-- ABOUT THIS TASK --
Begin at the line containing "#115=FACE_BOUND('',#114,.F.);" in the entries below and end at the line containing "A parametric FreeCAD"; transcribe that range exactly and nothing outside it.

--------

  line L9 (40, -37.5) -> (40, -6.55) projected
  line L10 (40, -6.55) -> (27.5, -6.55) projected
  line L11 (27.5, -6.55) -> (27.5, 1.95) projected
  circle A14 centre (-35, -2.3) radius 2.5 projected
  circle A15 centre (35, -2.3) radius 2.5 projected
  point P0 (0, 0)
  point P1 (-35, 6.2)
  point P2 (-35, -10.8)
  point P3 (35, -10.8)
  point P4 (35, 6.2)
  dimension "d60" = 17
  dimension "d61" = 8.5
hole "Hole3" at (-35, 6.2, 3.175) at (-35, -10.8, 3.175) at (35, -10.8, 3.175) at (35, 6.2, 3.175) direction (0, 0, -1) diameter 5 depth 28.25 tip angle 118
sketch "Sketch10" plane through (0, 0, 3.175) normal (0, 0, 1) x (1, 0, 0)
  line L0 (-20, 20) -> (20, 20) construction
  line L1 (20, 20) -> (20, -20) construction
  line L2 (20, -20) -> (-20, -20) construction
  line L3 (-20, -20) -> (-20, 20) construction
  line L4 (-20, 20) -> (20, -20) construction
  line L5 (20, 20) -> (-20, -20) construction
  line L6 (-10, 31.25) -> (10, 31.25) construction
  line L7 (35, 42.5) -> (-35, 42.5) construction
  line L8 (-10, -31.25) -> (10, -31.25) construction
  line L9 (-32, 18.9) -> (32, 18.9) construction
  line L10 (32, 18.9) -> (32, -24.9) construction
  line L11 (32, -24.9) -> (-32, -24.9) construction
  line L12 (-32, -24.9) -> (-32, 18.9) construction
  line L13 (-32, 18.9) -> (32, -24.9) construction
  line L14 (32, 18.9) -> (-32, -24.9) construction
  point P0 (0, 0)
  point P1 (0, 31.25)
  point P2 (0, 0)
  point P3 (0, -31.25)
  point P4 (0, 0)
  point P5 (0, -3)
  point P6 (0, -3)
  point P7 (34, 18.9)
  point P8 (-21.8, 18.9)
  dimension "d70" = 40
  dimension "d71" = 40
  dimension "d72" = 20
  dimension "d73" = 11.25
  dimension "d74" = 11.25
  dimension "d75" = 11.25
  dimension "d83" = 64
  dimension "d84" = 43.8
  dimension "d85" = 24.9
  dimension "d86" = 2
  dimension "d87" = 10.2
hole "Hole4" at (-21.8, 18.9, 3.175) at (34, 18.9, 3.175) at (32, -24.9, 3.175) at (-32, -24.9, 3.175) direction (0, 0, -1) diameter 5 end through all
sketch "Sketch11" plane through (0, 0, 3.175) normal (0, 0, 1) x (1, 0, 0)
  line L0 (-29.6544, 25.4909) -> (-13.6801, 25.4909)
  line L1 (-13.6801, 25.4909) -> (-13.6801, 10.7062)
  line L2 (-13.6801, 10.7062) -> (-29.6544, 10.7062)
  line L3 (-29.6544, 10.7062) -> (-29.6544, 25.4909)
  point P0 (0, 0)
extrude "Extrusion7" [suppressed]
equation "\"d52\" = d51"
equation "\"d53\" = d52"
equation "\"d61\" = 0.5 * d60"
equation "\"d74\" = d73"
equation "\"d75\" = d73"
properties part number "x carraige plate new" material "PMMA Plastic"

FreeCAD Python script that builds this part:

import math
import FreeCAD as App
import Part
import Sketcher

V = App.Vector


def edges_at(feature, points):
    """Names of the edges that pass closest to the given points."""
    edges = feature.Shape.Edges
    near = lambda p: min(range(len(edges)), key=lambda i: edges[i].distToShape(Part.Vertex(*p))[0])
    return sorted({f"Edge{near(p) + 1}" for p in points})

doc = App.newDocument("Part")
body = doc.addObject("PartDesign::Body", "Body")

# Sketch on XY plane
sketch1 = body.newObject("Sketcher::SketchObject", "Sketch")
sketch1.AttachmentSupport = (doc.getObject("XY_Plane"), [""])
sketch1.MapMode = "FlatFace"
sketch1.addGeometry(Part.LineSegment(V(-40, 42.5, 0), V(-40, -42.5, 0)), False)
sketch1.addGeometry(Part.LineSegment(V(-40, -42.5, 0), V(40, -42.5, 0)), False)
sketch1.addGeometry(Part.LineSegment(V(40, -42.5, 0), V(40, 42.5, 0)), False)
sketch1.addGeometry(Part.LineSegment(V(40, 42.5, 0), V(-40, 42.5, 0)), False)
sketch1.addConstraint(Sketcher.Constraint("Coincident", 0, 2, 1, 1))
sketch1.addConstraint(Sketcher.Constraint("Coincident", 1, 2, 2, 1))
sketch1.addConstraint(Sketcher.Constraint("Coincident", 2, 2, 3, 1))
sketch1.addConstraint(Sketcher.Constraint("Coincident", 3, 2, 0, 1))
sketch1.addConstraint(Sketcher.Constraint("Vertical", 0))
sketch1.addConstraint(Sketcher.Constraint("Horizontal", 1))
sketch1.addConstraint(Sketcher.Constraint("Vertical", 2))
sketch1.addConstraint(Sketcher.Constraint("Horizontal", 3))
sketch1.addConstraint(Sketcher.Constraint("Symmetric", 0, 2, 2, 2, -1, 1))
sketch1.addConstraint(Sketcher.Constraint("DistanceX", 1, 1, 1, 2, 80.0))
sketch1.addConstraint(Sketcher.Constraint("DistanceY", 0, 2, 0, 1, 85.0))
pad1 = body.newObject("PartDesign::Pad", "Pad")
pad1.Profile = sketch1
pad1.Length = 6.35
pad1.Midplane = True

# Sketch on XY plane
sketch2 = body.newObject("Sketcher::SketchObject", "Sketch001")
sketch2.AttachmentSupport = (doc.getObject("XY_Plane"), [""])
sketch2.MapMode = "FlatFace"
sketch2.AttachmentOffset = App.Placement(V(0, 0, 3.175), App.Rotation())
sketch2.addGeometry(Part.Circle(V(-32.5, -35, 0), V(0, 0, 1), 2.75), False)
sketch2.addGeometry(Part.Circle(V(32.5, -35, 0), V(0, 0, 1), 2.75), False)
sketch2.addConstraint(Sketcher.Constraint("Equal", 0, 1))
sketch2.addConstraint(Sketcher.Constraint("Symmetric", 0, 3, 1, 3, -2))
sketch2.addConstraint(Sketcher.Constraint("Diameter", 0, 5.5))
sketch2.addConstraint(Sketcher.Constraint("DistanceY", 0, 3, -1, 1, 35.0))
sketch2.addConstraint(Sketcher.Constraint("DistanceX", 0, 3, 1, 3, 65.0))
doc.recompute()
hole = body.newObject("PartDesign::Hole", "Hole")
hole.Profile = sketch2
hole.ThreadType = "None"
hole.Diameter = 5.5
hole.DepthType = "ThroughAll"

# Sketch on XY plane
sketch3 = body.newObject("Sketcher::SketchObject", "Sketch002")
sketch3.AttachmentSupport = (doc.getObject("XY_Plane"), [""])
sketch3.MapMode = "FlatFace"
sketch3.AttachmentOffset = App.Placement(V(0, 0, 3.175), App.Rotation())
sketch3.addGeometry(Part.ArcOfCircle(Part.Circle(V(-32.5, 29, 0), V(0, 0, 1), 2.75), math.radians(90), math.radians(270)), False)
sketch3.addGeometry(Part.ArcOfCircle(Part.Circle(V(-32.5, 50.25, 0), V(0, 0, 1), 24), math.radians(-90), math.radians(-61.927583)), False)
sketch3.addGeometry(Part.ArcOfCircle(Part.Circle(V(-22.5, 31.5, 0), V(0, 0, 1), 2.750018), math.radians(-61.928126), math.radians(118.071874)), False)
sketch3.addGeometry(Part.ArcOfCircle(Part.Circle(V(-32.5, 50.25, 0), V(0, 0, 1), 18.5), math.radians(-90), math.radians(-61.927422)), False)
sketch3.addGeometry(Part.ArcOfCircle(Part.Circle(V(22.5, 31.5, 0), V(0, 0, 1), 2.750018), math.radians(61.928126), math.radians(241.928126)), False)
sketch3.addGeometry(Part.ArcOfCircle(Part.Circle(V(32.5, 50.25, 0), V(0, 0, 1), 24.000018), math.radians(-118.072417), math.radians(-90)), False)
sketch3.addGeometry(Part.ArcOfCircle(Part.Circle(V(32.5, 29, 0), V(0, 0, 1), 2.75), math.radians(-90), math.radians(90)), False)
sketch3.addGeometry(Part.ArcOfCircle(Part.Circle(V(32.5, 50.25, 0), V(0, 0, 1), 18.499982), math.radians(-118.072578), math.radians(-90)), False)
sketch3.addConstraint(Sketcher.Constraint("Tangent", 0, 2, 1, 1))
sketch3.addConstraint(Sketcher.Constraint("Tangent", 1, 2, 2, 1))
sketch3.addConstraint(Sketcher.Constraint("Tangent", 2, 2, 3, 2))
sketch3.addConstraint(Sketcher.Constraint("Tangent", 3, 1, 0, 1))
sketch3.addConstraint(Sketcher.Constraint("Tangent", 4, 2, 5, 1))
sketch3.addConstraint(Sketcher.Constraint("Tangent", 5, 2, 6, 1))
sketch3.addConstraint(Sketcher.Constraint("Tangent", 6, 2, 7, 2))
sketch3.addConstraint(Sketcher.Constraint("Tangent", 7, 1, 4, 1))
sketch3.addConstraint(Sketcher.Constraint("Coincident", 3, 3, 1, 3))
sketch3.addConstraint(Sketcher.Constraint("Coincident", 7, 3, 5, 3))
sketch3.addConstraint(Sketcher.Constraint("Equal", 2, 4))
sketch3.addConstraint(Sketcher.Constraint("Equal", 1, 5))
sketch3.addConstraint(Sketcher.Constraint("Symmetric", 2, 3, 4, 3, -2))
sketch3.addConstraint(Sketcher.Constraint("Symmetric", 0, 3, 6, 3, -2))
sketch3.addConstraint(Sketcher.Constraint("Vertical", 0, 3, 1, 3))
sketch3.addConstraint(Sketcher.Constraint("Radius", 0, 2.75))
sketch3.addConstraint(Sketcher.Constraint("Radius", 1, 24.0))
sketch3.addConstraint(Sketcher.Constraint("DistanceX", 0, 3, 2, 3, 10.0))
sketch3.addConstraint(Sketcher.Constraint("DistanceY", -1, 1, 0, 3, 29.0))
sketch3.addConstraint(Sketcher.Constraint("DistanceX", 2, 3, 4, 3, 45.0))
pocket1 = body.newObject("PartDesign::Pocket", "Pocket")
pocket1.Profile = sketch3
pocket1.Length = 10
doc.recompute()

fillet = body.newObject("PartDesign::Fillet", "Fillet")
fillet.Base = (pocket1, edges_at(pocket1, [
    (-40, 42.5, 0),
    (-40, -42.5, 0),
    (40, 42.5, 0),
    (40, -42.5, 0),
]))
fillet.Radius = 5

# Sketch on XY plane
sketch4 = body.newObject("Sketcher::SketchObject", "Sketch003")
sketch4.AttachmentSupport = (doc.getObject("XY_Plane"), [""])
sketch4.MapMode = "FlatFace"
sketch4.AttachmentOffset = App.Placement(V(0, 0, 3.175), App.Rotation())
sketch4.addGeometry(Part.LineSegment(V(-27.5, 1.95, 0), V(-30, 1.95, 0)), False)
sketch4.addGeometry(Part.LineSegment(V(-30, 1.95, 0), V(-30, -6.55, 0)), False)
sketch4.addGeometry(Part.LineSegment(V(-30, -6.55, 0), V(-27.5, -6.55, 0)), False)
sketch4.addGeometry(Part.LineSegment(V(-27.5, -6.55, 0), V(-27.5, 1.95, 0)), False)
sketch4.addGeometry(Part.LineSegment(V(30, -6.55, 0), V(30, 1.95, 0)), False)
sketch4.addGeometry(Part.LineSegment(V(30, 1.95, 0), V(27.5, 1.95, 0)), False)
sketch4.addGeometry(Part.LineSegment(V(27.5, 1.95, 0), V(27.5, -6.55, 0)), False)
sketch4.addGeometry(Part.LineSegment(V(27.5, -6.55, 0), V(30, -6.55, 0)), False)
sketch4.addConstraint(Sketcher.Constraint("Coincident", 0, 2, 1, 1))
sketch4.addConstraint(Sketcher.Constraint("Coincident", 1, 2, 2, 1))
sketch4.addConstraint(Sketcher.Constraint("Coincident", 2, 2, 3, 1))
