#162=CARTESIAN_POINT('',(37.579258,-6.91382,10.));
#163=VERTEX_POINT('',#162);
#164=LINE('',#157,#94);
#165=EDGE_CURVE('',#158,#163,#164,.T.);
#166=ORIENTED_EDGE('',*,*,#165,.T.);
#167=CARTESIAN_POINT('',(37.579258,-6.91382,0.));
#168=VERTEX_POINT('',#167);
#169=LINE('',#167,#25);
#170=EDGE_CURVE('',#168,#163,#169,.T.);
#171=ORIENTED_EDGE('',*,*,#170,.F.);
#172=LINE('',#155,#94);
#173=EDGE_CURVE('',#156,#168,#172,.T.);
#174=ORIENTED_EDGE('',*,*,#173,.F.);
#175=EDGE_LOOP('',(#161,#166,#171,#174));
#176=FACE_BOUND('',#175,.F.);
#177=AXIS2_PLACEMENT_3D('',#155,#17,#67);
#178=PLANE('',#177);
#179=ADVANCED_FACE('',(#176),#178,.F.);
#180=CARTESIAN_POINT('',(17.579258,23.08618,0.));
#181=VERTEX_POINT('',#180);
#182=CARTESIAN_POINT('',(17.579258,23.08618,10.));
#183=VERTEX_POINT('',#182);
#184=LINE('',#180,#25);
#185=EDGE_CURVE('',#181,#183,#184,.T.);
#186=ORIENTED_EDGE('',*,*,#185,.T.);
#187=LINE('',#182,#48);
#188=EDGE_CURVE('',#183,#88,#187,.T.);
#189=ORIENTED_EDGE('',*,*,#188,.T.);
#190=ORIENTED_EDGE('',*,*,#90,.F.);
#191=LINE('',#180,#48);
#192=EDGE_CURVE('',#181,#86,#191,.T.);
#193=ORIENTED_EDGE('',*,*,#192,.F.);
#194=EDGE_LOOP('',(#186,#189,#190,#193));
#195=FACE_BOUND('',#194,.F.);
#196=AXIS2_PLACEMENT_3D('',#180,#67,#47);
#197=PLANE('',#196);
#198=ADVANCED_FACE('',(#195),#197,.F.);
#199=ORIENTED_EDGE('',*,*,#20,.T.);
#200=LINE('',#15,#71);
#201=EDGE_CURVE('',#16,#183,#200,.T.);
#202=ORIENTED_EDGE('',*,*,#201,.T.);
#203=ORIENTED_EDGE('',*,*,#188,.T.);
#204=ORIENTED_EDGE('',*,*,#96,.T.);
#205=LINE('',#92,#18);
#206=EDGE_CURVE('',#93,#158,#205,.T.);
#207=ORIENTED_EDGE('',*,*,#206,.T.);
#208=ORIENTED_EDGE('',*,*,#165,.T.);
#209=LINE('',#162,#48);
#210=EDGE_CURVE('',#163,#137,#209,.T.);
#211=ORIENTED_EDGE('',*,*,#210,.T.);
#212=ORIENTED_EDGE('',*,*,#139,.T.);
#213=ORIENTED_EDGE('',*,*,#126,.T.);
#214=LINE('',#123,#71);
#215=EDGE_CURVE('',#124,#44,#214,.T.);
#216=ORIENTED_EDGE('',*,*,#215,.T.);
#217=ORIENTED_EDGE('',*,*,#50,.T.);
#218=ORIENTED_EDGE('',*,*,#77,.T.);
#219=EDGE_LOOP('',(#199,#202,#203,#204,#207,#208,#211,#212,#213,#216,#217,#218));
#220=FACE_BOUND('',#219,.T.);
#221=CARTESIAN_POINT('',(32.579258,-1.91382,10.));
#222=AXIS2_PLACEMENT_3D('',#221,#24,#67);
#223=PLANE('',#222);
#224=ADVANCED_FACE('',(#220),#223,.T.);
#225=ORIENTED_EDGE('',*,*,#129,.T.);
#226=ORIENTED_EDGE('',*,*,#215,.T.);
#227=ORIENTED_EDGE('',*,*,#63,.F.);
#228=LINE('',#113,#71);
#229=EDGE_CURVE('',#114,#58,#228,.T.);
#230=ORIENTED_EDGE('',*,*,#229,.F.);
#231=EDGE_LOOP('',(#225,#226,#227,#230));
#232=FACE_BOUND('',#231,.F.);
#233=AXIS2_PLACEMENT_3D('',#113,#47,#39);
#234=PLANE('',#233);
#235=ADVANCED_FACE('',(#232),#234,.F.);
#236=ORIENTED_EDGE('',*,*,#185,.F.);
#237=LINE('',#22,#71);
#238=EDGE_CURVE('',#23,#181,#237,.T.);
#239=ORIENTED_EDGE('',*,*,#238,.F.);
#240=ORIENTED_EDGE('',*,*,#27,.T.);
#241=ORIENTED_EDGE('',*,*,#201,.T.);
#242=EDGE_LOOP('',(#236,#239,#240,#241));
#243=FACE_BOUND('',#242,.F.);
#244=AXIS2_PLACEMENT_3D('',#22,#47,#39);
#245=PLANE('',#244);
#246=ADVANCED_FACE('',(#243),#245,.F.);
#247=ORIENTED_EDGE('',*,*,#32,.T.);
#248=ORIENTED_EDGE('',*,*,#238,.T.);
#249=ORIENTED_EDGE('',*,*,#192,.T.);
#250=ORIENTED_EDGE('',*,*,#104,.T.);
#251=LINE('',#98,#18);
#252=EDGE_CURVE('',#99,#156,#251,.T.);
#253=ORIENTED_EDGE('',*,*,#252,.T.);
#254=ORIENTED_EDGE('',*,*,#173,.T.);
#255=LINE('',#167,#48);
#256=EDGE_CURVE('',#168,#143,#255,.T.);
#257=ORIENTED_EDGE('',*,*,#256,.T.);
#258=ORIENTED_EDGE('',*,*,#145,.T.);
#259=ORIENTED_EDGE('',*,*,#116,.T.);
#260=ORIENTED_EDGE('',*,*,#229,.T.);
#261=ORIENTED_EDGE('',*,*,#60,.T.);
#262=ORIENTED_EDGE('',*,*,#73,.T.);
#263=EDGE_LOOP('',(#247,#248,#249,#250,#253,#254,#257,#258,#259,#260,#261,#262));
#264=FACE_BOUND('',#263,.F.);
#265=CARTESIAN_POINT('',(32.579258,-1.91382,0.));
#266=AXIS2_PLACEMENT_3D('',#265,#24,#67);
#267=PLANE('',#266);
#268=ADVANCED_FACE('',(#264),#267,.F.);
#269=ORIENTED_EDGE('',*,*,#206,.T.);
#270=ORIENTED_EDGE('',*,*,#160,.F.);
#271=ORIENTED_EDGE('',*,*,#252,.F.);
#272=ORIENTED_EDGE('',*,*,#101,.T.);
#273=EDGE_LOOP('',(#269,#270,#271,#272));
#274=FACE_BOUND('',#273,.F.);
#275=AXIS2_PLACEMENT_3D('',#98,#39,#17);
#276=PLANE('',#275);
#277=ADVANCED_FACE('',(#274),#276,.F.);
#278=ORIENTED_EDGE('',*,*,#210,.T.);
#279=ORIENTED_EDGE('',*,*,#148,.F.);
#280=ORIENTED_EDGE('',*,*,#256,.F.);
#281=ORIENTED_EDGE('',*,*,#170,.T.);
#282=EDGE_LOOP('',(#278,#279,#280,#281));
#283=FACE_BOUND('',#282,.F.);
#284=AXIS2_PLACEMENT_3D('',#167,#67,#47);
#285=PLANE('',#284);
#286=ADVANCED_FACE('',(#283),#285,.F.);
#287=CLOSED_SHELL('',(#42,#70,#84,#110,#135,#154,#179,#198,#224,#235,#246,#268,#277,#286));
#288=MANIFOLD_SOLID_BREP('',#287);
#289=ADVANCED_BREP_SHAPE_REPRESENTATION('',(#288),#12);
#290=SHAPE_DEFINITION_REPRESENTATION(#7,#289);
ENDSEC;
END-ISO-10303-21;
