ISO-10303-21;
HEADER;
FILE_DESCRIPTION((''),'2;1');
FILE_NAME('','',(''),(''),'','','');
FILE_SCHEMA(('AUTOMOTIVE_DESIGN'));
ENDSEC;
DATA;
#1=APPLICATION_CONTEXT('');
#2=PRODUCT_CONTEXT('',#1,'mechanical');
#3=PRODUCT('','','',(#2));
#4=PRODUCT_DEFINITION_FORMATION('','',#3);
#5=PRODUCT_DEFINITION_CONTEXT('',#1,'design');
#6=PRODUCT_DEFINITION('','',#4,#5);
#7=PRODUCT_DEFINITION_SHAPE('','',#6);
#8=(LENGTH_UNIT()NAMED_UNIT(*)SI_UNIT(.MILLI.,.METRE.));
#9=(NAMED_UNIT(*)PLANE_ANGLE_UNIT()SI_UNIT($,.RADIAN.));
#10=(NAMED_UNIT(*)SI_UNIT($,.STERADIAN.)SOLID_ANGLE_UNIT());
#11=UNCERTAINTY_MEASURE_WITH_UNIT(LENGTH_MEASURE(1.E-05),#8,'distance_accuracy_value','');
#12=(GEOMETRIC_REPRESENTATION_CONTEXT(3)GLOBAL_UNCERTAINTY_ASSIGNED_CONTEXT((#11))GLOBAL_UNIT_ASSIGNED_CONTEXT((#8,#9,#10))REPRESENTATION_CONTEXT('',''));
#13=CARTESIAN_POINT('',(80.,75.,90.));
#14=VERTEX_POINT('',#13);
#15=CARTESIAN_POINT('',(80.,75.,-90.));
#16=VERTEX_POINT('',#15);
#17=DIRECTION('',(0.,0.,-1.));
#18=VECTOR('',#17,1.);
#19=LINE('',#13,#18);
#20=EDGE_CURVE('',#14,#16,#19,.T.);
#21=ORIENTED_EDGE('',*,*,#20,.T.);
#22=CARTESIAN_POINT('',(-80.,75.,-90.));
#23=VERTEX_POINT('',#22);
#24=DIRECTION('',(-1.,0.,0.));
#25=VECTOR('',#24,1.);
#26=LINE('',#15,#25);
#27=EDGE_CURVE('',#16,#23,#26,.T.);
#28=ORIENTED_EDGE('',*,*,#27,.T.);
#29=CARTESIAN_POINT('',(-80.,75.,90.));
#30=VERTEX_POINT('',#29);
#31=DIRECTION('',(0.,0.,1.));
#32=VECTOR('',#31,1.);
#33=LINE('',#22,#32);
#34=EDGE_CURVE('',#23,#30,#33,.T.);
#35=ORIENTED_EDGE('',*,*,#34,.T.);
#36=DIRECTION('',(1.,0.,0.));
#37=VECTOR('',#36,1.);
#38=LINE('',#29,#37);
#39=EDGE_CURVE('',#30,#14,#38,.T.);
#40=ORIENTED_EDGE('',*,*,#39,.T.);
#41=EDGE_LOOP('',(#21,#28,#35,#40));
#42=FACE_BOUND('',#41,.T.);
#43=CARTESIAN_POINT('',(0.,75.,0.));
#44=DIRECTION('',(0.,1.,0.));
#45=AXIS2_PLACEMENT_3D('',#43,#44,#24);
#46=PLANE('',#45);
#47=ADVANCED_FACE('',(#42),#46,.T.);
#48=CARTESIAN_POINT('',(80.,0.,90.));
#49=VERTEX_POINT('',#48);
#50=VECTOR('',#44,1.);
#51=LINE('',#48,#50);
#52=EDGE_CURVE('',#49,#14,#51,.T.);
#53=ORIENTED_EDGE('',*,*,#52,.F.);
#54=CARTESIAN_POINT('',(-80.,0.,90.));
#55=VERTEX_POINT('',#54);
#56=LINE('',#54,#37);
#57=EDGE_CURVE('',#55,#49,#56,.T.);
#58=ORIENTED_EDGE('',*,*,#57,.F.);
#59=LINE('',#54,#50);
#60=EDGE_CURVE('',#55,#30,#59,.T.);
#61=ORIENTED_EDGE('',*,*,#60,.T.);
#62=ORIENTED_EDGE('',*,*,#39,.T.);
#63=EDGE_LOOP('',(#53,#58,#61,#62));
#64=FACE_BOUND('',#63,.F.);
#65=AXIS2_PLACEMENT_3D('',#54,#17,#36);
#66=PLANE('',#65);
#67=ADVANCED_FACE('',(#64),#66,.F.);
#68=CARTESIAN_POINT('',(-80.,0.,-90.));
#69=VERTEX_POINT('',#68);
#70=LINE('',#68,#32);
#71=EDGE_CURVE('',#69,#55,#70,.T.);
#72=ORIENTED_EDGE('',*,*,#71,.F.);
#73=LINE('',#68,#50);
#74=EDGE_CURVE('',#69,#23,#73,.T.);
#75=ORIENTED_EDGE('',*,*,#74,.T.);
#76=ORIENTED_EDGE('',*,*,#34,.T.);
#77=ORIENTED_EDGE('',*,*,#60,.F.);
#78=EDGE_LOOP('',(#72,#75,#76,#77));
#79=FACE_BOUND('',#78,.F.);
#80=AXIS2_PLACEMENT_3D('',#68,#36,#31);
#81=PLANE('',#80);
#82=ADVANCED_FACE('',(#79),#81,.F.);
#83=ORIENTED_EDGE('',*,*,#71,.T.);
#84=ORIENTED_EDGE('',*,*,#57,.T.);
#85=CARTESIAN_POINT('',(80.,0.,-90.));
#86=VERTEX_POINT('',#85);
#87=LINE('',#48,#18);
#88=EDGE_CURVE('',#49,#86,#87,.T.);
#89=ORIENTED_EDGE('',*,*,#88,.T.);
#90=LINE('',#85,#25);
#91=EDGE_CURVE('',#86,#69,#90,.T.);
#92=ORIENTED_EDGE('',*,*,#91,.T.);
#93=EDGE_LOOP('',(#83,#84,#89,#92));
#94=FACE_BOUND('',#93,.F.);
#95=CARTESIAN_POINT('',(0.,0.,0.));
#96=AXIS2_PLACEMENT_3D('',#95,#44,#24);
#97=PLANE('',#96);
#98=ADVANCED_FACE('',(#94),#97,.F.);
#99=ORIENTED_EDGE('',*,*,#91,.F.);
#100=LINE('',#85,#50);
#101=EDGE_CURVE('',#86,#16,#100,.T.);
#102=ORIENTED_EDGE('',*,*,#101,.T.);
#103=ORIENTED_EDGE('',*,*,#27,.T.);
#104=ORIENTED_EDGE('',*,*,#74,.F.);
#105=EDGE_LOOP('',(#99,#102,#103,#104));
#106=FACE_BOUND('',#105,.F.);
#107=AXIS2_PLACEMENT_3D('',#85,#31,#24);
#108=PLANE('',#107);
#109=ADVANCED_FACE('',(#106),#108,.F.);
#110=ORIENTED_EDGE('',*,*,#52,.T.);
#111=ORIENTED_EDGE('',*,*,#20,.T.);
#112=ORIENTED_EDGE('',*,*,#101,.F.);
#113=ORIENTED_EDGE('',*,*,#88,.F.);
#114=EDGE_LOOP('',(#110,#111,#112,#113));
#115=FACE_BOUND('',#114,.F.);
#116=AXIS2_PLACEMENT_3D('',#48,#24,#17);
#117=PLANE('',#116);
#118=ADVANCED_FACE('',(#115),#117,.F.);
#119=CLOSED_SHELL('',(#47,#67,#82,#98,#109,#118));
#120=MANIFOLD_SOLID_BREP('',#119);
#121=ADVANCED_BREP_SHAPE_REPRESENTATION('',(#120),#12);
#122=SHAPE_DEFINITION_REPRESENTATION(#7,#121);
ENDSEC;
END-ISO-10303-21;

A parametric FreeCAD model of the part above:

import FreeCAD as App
import Part
import Sketcher
Q = App.Units.Quantity


def add_polygon(sketch, points):
    """Adds a closed chain of lines whose ends are joined by coincident constraints."""
    first, n = sketch.GeometryCount, len(points)
    for a, b in zip(points, points[1:] + points[:1]):
        sketch.addGeometry(Part.LineSegment(App.Vector(*a, 0), App.Vector(*b, 0)), False)
    for i in range(n):
        sketch.addConstraint(Sketcher.Constraint("Coincident", first + i, 2, first + (i + 1) % n, 1))

doc = App.newDocument("Part")
body = doc.addObject("PartDesign::Body", "Body")

sketch1 = doc.addObject("Sketcher::SketchObject", "Sketch")
body.addObject(sketch1)
sketch1.AttachmentSupport = (doc.XZ_Plane, [""])
sketch1.MapMode = "FlatFace"
add_polygon(sketch1, [(-80, -90), (-80, 90), (80, 90), (80, -90)])
sketch1.addConstraint(Sketcher.Constraint("Vertical", 0))
sketch1.addConstraint(Sketcher.Constraint("Horizontal", 1))
sketch1.addConstraint(Sketcher.Constraint("Vertical", 2))
sketch1.addConstraint(Sketcher.Constraint("Horizontal", 3))
sketch1.addConstraint(Sketcher.Constraint("Symmetric", 0, 2, 2, 2, -1, 1))
sketch1.addConstraint(Sketcher.Constraint("DistanceX", 1, 1, 1, 2, Q("160 mm")))
sketch1.addConstraint(Sketcher.Constraint("DistanceY", 0, 1, 0, 2, Q("180 mm")))
pad1 = doc.addObject("PartDesign::Pad", "Pad")
body.addObject(pad1)
pad1.Profile = sketch1
pad1.Length = 75
pad1.Reversed = True

doc.recompute()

--------

-- REPLY TO THE EXERCISE --
#115=FACE_BOUND('',#114,.F.);
#116=AXIS2_PLACEMENT_3D('',#48,#24,#17);
#117=PLANE('',#116);
#118=ADVANCED_FACE('',(#115),#117,.F.);
#119=CLOSED_SHELL('',(#47,#67,#82,#98,#109,#118));
#120=MANIFOLD_SOLID_BREP('',#119);
#121=ADVANCED_BREP_SHAPE_REPRESENTATION('',(#120),#12);
#122=SHAPE_DEFINITION_REPRESENTATION(#7,#121);
ENDSEC;
END-ISO-10303-21;

A parametric FreeCAD model of the part above:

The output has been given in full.